Look in the material below for the line with "#79=AXIS2_PLACEMENT_3D('',#70,#64,#18);" and the line with "#94=FACE_BOUND('',#93,.F.);", then set down exactly those two lines and all lines between, nothing more.

=== Section Start ===

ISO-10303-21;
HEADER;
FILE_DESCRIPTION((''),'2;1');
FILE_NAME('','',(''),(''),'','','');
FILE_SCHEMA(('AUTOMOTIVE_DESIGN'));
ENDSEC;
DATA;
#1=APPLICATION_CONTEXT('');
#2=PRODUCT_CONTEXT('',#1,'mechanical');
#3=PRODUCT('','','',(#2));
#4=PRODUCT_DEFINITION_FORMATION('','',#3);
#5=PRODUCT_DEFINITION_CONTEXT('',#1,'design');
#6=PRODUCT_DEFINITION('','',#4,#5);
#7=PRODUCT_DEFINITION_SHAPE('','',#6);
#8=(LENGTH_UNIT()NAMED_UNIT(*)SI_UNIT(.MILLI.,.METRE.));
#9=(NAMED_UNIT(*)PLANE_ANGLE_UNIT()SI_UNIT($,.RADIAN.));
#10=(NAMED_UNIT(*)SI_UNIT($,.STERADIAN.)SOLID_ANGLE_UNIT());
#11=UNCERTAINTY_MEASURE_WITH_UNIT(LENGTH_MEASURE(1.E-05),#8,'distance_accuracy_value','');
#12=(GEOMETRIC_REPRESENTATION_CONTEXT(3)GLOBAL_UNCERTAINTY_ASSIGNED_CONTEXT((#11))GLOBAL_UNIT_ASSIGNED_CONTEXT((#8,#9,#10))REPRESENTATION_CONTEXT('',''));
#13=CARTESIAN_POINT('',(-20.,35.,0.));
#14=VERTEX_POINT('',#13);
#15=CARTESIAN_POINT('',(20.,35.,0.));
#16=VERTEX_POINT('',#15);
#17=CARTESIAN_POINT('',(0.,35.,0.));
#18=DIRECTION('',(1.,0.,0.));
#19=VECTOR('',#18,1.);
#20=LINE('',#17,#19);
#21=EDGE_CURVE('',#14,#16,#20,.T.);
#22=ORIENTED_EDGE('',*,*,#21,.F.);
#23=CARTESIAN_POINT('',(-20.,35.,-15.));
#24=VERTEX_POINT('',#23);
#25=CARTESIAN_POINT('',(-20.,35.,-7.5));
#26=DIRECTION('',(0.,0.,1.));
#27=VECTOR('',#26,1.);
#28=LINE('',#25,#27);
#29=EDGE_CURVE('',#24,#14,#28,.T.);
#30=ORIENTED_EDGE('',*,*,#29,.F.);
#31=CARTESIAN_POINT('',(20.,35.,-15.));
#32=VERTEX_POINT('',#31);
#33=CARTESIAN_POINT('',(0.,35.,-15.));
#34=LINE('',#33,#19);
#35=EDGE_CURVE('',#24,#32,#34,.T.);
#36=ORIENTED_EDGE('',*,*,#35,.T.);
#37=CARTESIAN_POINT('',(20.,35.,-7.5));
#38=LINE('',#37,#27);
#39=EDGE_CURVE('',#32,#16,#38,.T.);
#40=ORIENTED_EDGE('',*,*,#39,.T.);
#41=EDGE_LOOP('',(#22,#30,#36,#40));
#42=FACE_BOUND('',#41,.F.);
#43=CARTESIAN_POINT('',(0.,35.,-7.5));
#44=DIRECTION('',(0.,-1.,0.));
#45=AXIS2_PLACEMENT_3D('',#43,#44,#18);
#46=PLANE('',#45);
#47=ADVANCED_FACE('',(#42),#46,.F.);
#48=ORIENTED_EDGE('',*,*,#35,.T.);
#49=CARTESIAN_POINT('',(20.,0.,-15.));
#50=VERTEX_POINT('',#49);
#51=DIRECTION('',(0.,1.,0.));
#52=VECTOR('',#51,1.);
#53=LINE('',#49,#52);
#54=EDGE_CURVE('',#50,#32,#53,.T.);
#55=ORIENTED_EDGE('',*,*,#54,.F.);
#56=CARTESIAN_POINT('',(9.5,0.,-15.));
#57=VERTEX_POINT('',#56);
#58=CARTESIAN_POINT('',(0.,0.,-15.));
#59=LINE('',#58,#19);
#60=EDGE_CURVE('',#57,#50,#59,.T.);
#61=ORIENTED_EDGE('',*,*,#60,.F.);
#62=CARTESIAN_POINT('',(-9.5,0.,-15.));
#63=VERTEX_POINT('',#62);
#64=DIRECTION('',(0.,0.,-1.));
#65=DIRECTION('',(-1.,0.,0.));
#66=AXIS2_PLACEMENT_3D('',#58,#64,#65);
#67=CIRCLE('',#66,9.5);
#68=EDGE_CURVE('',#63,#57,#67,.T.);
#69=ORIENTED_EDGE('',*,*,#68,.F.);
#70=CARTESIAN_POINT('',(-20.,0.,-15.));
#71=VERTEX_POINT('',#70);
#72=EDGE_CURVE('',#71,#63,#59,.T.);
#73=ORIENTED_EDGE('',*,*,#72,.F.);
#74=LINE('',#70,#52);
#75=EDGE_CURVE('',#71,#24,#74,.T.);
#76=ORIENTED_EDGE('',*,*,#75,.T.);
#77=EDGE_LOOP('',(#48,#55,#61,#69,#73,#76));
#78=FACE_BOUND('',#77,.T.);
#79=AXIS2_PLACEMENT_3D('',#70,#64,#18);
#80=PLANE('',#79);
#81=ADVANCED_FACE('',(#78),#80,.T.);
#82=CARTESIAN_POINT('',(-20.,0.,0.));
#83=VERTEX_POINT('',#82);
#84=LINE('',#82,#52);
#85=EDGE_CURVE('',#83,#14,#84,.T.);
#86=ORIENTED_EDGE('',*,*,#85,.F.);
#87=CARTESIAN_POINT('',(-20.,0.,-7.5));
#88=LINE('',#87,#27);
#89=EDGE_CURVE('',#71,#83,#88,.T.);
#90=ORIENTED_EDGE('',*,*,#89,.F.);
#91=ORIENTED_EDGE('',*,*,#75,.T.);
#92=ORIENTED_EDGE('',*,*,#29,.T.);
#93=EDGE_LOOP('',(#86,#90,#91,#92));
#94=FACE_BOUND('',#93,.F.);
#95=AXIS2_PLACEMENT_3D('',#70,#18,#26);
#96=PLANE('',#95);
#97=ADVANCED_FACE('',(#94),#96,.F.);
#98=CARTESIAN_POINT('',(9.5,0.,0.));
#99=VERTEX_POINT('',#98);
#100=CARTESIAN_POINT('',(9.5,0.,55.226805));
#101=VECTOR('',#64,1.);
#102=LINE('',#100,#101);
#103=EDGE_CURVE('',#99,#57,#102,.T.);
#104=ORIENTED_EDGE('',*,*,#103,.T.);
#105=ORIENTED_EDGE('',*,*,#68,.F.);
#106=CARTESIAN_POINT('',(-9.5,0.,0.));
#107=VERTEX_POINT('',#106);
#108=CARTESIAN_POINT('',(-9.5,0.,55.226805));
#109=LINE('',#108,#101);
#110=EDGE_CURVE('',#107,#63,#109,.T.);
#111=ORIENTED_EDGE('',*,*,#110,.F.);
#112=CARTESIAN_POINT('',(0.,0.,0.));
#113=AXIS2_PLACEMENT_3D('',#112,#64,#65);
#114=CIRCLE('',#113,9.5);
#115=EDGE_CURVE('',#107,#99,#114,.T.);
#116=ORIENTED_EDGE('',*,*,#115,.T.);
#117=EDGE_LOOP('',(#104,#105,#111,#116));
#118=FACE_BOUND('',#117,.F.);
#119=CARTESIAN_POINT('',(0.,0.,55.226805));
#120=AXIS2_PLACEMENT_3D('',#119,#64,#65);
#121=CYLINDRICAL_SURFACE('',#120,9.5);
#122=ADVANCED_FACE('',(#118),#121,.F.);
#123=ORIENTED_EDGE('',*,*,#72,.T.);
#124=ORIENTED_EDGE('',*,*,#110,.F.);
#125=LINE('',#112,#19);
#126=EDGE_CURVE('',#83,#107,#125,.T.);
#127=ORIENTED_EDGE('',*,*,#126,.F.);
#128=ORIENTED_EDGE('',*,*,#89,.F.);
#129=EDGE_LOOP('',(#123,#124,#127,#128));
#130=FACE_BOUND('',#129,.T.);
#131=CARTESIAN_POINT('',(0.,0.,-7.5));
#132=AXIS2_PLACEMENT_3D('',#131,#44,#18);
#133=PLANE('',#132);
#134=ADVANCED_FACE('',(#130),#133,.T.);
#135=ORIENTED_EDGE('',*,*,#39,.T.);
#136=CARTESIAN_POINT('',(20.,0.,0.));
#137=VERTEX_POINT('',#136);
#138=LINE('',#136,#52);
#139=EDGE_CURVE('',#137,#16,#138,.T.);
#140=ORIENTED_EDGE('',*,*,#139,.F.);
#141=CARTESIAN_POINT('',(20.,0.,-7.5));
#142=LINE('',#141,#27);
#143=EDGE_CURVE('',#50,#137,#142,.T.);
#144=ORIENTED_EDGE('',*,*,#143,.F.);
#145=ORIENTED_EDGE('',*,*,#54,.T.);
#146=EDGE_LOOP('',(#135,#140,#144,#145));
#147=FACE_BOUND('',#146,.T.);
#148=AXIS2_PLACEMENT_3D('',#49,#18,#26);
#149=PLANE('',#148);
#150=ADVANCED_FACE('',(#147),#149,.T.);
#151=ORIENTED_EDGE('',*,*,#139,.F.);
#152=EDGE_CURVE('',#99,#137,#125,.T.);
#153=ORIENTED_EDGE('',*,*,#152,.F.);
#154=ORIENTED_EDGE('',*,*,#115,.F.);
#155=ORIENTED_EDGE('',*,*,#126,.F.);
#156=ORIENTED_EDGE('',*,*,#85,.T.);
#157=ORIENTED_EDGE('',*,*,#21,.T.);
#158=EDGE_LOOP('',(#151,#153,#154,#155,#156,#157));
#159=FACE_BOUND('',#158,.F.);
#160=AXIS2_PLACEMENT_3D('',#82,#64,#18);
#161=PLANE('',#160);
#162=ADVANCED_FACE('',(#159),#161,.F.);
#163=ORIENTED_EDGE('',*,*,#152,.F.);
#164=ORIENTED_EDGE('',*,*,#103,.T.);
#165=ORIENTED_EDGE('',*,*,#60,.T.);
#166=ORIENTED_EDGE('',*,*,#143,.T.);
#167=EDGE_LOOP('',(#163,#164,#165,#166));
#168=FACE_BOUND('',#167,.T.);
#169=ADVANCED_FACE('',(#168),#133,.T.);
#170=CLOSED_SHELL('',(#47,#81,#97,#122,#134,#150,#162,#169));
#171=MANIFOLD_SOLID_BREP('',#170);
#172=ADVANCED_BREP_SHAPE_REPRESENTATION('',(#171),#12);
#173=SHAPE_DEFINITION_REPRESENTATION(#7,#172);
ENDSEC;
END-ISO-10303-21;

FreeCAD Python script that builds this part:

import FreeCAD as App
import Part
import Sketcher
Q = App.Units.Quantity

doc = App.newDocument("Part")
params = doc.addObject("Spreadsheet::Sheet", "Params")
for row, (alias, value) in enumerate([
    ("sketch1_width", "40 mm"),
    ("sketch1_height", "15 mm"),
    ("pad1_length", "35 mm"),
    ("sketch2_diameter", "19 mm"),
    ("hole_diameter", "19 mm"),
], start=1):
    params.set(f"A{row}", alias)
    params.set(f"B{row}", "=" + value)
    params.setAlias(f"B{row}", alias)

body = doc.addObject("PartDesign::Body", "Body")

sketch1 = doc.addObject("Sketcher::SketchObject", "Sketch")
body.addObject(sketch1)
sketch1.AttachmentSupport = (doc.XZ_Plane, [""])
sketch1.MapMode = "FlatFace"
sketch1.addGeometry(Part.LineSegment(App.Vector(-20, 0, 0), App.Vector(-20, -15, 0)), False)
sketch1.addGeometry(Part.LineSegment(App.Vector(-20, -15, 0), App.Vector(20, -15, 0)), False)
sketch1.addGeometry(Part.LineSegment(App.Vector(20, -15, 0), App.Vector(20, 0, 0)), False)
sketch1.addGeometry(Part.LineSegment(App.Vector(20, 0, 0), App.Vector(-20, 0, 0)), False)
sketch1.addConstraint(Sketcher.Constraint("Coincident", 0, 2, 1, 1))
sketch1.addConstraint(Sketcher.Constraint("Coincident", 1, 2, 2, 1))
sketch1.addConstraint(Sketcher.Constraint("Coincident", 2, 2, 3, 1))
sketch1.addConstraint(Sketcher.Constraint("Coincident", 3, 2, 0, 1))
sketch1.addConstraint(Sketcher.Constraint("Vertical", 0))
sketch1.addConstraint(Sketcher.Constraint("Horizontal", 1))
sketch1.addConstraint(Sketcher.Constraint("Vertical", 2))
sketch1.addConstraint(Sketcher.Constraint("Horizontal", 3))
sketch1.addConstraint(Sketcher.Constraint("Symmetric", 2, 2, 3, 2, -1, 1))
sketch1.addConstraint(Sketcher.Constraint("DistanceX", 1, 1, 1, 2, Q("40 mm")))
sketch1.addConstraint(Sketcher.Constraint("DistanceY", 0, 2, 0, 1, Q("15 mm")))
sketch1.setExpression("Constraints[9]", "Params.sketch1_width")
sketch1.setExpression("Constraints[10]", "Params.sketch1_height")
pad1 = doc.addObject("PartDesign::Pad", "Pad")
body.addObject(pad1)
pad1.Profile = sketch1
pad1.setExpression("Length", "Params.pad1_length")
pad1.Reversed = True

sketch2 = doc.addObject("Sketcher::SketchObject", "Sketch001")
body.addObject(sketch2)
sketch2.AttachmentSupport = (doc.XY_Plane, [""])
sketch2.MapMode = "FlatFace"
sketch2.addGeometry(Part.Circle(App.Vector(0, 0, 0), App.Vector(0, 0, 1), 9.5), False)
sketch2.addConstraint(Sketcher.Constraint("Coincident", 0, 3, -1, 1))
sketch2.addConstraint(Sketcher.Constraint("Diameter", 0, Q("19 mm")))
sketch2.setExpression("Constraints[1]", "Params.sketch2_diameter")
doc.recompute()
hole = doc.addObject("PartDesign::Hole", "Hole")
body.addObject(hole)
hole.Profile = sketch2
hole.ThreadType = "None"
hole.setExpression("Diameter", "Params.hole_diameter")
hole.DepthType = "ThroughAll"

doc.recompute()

=== Section End ===

=== RESULT OF THE EXERCISE ===
#79=AXIS2_PLACEMENT_3D('',#70,#64,#18);
#80=PLANE('',#79);
#81=ADVANCED_FACE('',(#78),#80,.T.);
#82=CARTESIAN_POINT('',(-20.,0.,0.));
#83=VERTEX_POINT('',#82);
#84=LINE('',#82,#52);
#85=EDGE_CURVE('',#83,#14,#84,.T.);
#86=ORIENTED_EDGE('',*,*,#85,.F.);
#87=CARTESIAN_POINT('',(-20.,0.,-7.5));
#88=LINE('',#87,#27);
#89=EDGE_CURVE('',#71,#83,#88,.T.);
#90=ORIENTED_EDGE('',*,*,#89,.F.);
#91=ORIENTED_EDGE('',*,*,#75,.T.);
#92=ORIENTED_EDGE('',*,*,#29,.T.);
#93=EDGE_LOOP('',(#86,#90,#91,#92));
#94=FACE_BOUND('',#93,.F.);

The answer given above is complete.